Ich habe hier auch einen Rechner der sich immer wieder aufhängt, mal bei Winamp, mal bei irgendeiner Software oder eben im Internet. Auch kommt es vor das er sich  einfachmal so ausschaltet.
Das Problem sind Defekte Ram-Riegel.

Grüße


----------



## Katalysator (24. August 2006)

Festplatte habe ich schon überprüft
und beim Speichertest (memtest) habe ich immer das Gefühl er würde bei ca.80 Prozent aufhören und dann geht nichts mehr.
vielleicht sollte ich mir mal nen neuen Speicher zulegen


----------



## Iceripper (24. August 2006)

Hi,

hast du mal die Temperatur bzw.die Lüfter von Netzteil, CPU, Grafikkarte und gegebenfalls der North/Southbridge überprüft?

Ich hatte auch mal das Problem mit den von dir beschriebenen Systemabstürzen.
War im Endeffekt der CPU-Lüfter der ncith mehr richtig gedreht hat.

Mfg Andy


----------



## saila (25. August 2006)

Hi,

das können Kabelverbindungen sein, Arbeitsspeicher oder aber auch die Festplatte selbst. Es kann aber auch ein mögliches neues Hardwareteil sein, welches nicht korrekt bzgl. Software installiert ist.

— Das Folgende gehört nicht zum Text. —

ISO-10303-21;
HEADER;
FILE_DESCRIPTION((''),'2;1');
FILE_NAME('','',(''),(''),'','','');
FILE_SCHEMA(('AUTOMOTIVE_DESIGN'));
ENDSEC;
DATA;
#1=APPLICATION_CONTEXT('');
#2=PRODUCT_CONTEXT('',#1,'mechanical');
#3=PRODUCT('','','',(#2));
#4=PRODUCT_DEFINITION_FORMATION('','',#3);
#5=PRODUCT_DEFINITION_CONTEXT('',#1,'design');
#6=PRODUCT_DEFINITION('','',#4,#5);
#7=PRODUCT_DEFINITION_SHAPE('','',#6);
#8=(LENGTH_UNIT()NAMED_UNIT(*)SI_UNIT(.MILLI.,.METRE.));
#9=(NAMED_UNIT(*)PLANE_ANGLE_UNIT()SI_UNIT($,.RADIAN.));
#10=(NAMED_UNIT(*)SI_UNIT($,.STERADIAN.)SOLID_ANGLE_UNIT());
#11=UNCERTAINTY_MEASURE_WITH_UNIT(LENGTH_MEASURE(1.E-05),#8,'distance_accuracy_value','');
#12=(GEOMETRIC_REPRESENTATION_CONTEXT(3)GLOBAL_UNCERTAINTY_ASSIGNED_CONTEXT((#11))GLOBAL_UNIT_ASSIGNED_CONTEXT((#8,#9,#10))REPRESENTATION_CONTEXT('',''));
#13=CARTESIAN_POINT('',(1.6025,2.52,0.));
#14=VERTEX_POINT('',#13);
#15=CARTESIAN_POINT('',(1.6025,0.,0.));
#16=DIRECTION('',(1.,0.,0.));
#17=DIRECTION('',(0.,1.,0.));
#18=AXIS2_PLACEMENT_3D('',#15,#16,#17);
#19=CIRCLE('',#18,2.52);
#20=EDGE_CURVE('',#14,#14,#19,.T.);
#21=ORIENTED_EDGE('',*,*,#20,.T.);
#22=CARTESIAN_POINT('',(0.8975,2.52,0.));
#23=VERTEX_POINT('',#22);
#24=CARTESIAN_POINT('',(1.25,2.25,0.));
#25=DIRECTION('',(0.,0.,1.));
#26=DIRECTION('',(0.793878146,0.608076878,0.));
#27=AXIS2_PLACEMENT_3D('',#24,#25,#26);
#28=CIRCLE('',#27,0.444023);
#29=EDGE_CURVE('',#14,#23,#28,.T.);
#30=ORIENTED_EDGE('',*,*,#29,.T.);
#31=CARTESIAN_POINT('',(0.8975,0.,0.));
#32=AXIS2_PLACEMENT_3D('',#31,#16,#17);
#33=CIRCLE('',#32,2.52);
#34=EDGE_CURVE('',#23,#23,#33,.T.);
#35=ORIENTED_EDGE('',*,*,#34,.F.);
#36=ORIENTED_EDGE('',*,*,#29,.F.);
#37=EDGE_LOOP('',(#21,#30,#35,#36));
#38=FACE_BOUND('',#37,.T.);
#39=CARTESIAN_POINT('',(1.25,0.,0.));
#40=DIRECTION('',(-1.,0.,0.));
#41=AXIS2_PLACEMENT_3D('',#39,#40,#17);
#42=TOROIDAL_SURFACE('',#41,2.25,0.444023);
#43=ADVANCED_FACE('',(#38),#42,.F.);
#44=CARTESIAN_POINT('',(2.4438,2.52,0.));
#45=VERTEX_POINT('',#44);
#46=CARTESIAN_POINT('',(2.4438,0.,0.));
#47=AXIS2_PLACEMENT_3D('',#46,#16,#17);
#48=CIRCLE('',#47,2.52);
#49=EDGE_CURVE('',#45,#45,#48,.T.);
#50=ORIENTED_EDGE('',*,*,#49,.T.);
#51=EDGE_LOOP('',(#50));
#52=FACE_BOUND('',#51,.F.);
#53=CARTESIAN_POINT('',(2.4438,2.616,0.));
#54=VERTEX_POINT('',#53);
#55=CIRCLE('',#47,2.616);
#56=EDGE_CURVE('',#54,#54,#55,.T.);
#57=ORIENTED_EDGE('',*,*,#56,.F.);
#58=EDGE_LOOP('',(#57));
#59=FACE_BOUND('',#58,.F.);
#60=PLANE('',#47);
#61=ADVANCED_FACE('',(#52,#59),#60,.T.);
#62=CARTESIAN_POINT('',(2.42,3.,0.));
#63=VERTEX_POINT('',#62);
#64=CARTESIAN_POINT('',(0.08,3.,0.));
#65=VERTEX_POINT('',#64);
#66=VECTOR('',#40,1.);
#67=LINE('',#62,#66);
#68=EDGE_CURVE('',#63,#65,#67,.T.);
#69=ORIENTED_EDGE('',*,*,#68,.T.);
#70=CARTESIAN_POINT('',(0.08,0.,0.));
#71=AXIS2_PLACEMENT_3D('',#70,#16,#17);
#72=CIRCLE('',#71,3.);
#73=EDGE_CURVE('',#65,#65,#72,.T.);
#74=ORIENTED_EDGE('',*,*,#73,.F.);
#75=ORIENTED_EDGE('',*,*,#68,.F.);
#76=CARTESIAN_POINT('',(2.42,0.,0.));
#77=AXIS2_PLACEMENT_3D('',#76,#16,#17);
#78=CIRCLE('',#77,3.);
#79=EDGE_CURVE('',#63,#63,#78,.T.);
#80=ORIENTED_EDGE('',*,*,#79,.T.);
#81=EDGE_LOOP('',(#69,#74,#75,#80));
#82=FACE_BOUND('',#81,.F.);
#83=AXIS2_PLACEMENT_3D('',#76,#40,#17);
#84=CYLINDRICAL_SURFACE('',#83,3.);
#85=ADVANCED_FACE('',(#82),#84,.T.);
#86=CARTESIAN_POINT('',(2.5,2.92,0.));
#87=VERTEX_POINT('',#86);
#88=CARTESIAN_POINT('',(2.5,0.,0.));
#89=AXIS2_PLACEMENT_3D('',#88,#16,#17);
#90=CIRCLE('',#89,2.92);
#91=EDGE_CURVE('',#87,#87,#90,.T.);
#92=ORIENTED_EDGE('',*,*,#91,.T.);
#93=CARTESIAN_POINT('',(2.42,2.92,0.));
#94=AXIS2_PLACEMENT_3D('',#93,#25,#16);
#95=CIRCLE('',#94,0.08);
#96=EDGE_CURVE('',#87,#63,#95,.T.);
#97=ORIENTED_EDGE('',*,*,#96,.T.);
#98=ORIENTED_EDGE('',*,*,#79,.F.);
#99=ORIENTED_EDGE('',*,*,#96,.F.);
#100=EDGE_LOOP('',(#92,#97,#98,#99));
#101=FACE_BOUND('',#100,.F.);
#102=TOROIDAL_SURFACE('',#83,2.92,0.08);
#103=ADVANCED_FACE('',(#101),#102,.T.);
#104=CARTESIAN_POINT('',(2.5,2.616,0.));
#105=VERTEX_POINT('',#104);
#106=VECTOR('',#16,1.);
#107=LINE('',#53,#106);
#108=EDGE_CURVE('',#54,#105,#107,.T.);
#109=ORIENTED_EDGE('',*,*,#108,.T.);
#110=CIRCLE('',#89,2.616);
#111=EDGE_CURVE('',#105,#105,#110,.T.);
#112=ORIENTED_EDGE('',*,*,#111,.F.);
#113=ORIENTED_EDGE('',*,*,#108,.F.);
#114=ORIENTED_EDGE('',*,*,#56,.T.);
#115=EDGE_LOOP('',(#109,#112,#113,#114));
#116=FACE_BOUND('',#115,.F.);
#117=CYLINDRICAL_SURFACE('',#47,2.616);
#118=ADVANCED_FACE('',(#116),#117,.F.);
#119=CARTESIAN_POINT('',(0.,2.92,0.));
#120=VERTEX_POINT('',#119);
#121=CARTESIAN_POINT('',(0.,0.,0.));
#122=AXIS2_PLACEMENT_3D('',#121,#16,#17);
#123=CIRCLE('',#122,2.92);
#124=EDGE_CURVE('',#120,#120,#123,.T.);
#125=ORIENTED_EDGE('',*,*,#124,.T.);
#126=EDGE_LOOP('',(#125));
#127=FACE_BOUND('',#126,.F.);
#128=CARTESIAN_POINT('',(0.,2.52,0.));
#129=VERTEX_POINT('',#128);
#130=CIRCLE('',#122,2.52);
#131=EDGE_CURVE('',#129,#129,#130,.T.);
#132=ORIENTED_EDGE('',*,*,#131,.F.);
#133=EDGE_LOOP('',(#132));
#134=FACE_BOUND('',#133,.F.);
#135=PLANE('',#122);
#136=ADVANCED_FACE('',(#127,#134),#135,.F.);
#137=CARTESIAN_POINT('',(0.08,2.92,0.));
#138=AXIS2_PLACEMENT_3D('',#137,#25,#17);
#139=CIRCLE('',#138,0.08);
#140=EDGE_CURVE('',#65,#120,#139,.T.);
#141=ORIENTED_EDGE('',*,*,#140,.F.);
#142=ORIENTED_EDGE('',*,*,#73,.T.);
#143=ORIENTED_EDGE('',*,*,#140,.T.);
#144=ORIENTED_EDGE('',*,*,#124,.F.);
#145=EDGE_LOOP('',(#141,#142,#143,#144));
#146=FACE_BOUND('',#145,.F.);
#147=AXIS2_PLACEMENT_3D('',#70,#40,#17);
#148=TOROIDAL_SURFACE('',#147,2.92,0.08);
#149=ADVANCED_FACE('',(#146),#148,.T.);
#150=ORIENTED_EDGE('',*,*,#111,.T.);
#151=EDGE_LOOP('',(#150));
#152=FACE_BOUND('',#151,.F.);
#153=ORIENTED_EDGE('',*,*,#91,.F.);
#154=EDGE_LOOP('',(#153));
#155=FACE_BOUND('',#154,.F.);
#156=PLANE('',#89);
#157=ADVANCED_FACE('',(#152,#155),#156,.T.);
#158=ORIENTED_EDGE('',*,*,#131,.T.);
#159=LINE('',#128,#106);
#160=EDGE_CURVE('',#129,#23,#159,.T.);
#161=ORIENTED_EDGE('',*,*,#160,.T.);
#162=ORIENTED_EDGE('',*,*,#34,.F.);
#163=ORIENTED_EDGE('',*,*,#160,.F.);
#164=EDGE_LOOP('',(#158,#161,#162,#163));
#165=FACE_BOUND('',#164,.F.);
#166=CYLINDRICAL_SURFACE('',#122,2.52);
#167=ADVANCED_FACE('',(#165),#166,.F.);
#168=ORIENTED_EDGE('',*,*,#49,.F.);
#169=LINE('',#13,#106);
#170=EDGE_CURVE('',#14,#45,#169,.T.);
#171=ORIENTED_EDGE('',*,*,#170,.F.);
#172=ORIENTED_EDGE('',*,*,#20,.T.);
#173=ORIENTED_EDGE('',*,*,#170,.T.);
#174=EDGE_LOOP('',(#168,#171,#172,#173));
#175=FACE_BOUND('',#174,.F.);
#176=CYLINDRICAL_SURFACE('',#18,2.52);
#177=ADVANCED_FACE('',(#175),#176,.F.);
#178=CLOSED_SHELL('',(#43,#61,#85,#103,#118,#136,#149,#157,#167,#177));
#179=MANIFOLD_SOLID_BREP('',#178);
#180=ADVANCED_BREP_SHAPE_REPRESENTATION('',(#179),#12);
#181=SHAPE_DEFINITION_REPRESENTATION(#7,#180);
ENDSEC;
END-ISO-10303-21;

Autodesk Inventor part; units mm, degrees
sketch "Sketch_2" plane through (0, 0, 0) normal (0, 0, 1) x (1, 0, 0)
  line L0 (2.5, 0) -> (0, 0)
  line L1 (0, 2.92) -> (0, 2.52)
  line L2 (0, 2.52) -> (0.8975, 2.52)
  arc A0 (1.6025, 2.52) -> (0.8975, 2.52) centre (1.25, 2.25) ccw
  line L3 (1.6025, 2.52) -> (2.4438, 2.52)
  line L4 (2.4438, 2.52) -> (2.4438, 2.616)
  line L5 (2.4438, 2.616) -> (2.5, 2.616)
  line L6 (2.5, 2.616) -> (2.5, 2.92)
  arc A1 (2.5, 2.92) -> (2.42, 3) centre (2.42, 2.92) ccw
  line L7 (2.42, 3) -> (0.08, 3)
  arc A2 (0.08, 3) -> (0, 2.92) centre (0.08, 2.92) ccw
revolve "Revolution1" add sketch "Sketch_2" angle 360 about axis through (2.5, 0, 0) along (1, 0, 0)
ref_plane "mss_or_XY" through (0, 0, 0) normal (1, 0, 0) x (0, 0, -1)
ref_plane "mss_or_YZ" through (0, 0, 0) normal (0, 0, -1) x (0, 1, 0)
ref_plane "mss_or_ZX" through (0, 0, 0) normal (0, 1, 0) x (1, 0, 0)
ref_plane "mss_or11_XY" through (2.5, 0, 0) normal (1, 0, 0) x (0, 0, -1)
ref_plane "mss_or11_YZ" through (2.5, 0, 0) normal (0, 0, -1) x (0, 1, 0)
ref_plane "mss_or11_ZX" through (2.5, 0, 0) normal (0, 1, 0) x (1, 0, 0)
ref_plane "mss_or2_1_XY" through (1, 2.25, 0) normal (1, 0, 0) x (0, 0, -1)
ref_plane "mss_or2_1_YZ" through (1, 2.25, 0) normal (0, 0, -1) x (0, 1, 0)
ref_plane "mss_or2_1_ZX" through (1, 2.25, 0) normal (0, 1, 0) x (1, 0, 0)
ref_plane "mss_or2_2_XY" through (1, 1.7236, 1.4463) normal (1, 0, 0) x (0, 0, -1)
ref_plane "mss_or2_2_YZ" through (1, 1.7236, 1.4463) normal (0, 0, -1) x (0, 1, 0)
ref_plane "mss_or2_2_ZX" through (1, 1.7236, 1.4463) normal (0, 1, 0) x (1, 0, 0)
ref_plane "mss_or2_3_XY" through (1, 0.3907, 2.2158) normal (1, 0, 0) x (0, 0, -1)
ref_plane "mss_or2_3_YZ" through (1, 0.3907, 2.2158) normal (0, 0, -1) x (0, 1, 0)
ref_plane "mss_or2_3_ZX" through (1, 0.3907, 2.2158) normal (0, 1, 0) x (1, 0, 0)
ref_plane "mss_or2_4_XY" through (1, -1.125, 1.9486) normal (1, 0, 0) x (0, 0, -1)
ref_plane "mss_or2_4_YZ" through (1, -1.125, 1.9486) normal (0, 0, -1) x (0, 1, 0)
ref_plane "mss_or2_4_ZX" through (1, -1.125, 1.9486) normal (0, 1, 0) x (1, 0, 0)
ref_plane "mss_or2_5_XY" through (1, -2.1143, 0.7695) normal (1, 0, 0) x (0, 0, -1)
ref_plane "mss_or2_5_YZ" through (1, -2.1143, 0.7695) normal (0, 0, -1) x (0, 1, 0)
ref_plane "mss_or2_5_ZX" through (1, -2.1143, 0.7695) normal (0, 1, 0) x (1, 0, 0)
ref_plane "mss_or2_6_XY" through (1, -2.1143, -0.7695) normal (1, 0, 0) x (0, 0, -1)
ref_plane "mss_or2_6_YZ" through (1, -2.1143, -0.7695) normal (0, 0, -1) x (0, 1, 0)
ref_plane "mss_or2_6_ZX" through (1, -2.1143, -0.7695) normal (0, 1, 0) x (1, 0, 0)
ref_plane "mss_or2_7_XY" through (1, -1.125, -1.9486) normal (1, 0, 0) x (0, 0, -1)
ref_plane "mss_or2_7_YZ" through (1, -1.125, -1.9486) normal (0, 0, -1) x (0, 1, 0)
ref_plane "mss_or2_7_ZX" through (1, -1.125, -1.9486) normal (0, 1, 0) x (1, 0, 0)
ref_plane "mss_or2_8_XY" through (1, 0.3907, -2.2158) normal (1, 0, 0) x (0, 0, -1)
ref_plane "mss_or2_8_YZ" through (1, 0.3907, -2.2158) normal (0, 0, -1) x (0, 1, 0)
ref_plane "mss_or2_8_ZX" through (1, 0.3907, -2.2158) normal (0, 1, 0) x (1, 0, 0)
ref_plane "mss_or2_9_XY" through (1, 1.7236, -1.4463) normal (1, 0, 0) x (0, 0, -1)
ref_plane "mss_or2_9_YZ" through (1, 1.7236, -1.4463) normal (0, 0, -1) x (0, 1, 0)
ref_plane "mss_or2_9_ZX" through (1, 1.7236, -1.4463) normal (0, 1, 0) x (1, 0, 0)
ref_plane "mss_or21_1_XY" through (1.25, 2.25, 0) normal (1, 0, 0) x (0, 0, -1)
ref_plane "mss_or21_1_YZ" through (1.25, 2.25, 0) normal (0, 0, -1) x (0, 1, 0)
ref_plane "mss_or21_1_ZX" through (1.25, 2.25, 0) normal (0, 1, 0) x (1, 0, 0)
ref_plane "mss_or21_2_XY" through (1.25, 1.7236, 1.4463) normal (1, 0, 0) x (0, 0, -1)
ref_plane "mss_or21_2_YZ" through (1.25, 1.7236, 1.4463) normal (0, 0, -1) x (0, 1, 0)
ref_plane "mss_or21_2_ZX" through (1.25, 1.7236, 1.4463) normal (0, 1, 0) x (1, 0, 0)
ref_plane "mss_or21_3_XY" through (1.25, 0.3907, 2.2158) normal (1, 0, 0) x (0, 0, -1)
ref_plane "mss_or21_3_YZ" through (1.25, 0.3907, 2.2158) normal (0, 0, -1) x (0, 1, 0)
ref_plane "mss_or21_3_ZX" through (1.25, 0.3907, 2.2158) normal (0, 1, 0) x (1, 0, 0)
ref_plane "mss_or21_4_XY" through (1.25, -1.125, 1.9486) normal (1, 0, 0) x (0, 0, -1)
ref_plane "mss_or21_4_YZ" through (1.25, -1.125, 1.9486) normal (0, 0, -1) x (0, 1, 0)
ref_plane "mss_or21_4_ZX" through (1.25, -1.125, 1.9486) normal (0, 1, 0) x (1, 0, 0)
ref_plane "mss_or21_5_XY" through (1.25, -2.1143, 0.7695) normal (1, 0, 0) x (0, 0, -1)
ref_plane "mss_or21_5_YZ" through (1.25, -2.1143, 0.7695) normal (0, 0, -1) x (0, 1, 0)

Wenn keine neuen Hardwareteile eingebaut wurden, 
die Kabelverbindungen relativ neu sind (nicht älter als 3 Jahre),
das Netzteil keine Macke hat,
die Festplatte nicht lauter bzw. keine besonderne Geräusche von sich gibt gegenüber der Zeit  vor dem einfrieren, ist es eindeutig der Arbeitsspeicher oder das Netzteil.

Wenn jedoch die Festplatte mehr Geräusche von sich gibt als zuvor, kann es auch daran liegen. Ist es das auch nicht, würde ich zuerst an das Netzteil denken und dort den Fehler vermuten. Zwischendurch ein neues schaden zudem nicht.

Ansonsten bleibt dann der Arbeitsspeicher.


----------



## Katalysator (11. September 2006)

also, das netztteil is neu, da es mir vor kuzem weggeschmorrt ist, weil der lüfter versagt hat
festplatte habe ich auch ausgetauscht
grafikkarte getauscht
netzwerkkarte getauscht
arbeitsspeicher is neu
cpu temperatur 48 grad
keine sonstige neue hardware die nicht ordnungsgemäß installiert ist
fehler tritt immer noch auf, ich brauch nur ca 5 min im icq sein und schon is vorbei.

vielleicht das mainboard?


----------



## saila (11. September 2006)

Evtl. läuft der Puffer über durch Icq. Am besten ICQ über Software entfernen und neu installieren. Vesteht sich von selbst, nach Deinstallation den PC neu zu starten und auch nach der Neuinstallation von Icq.

Starte mal Icq und seh im vorfeld in der Systemauslastung nach (strg + alt + entf) und dann auf den Karteireiter "Systemleistung". 

Oder ist das einfrieren auch dann der Fall, wenn kein ICQ läuft?


----------



## Katalysator (14. September 2006)

also an icq direkt wirds nicht liegen, da es auch passiert wenn icq nicht gestartet ist.
es kann aber icq gestartet sein und der rechner bleibt stunden an.
der Fehler tritt nur dann auf, *wenn ich damit arbeite (irgendwas eingebe*), wenn ich den Rechner nur stehen lasse und nichts damit mache, würde er wahrscheinlich so lange anbleiben, bis ich ihn ausschalte


----------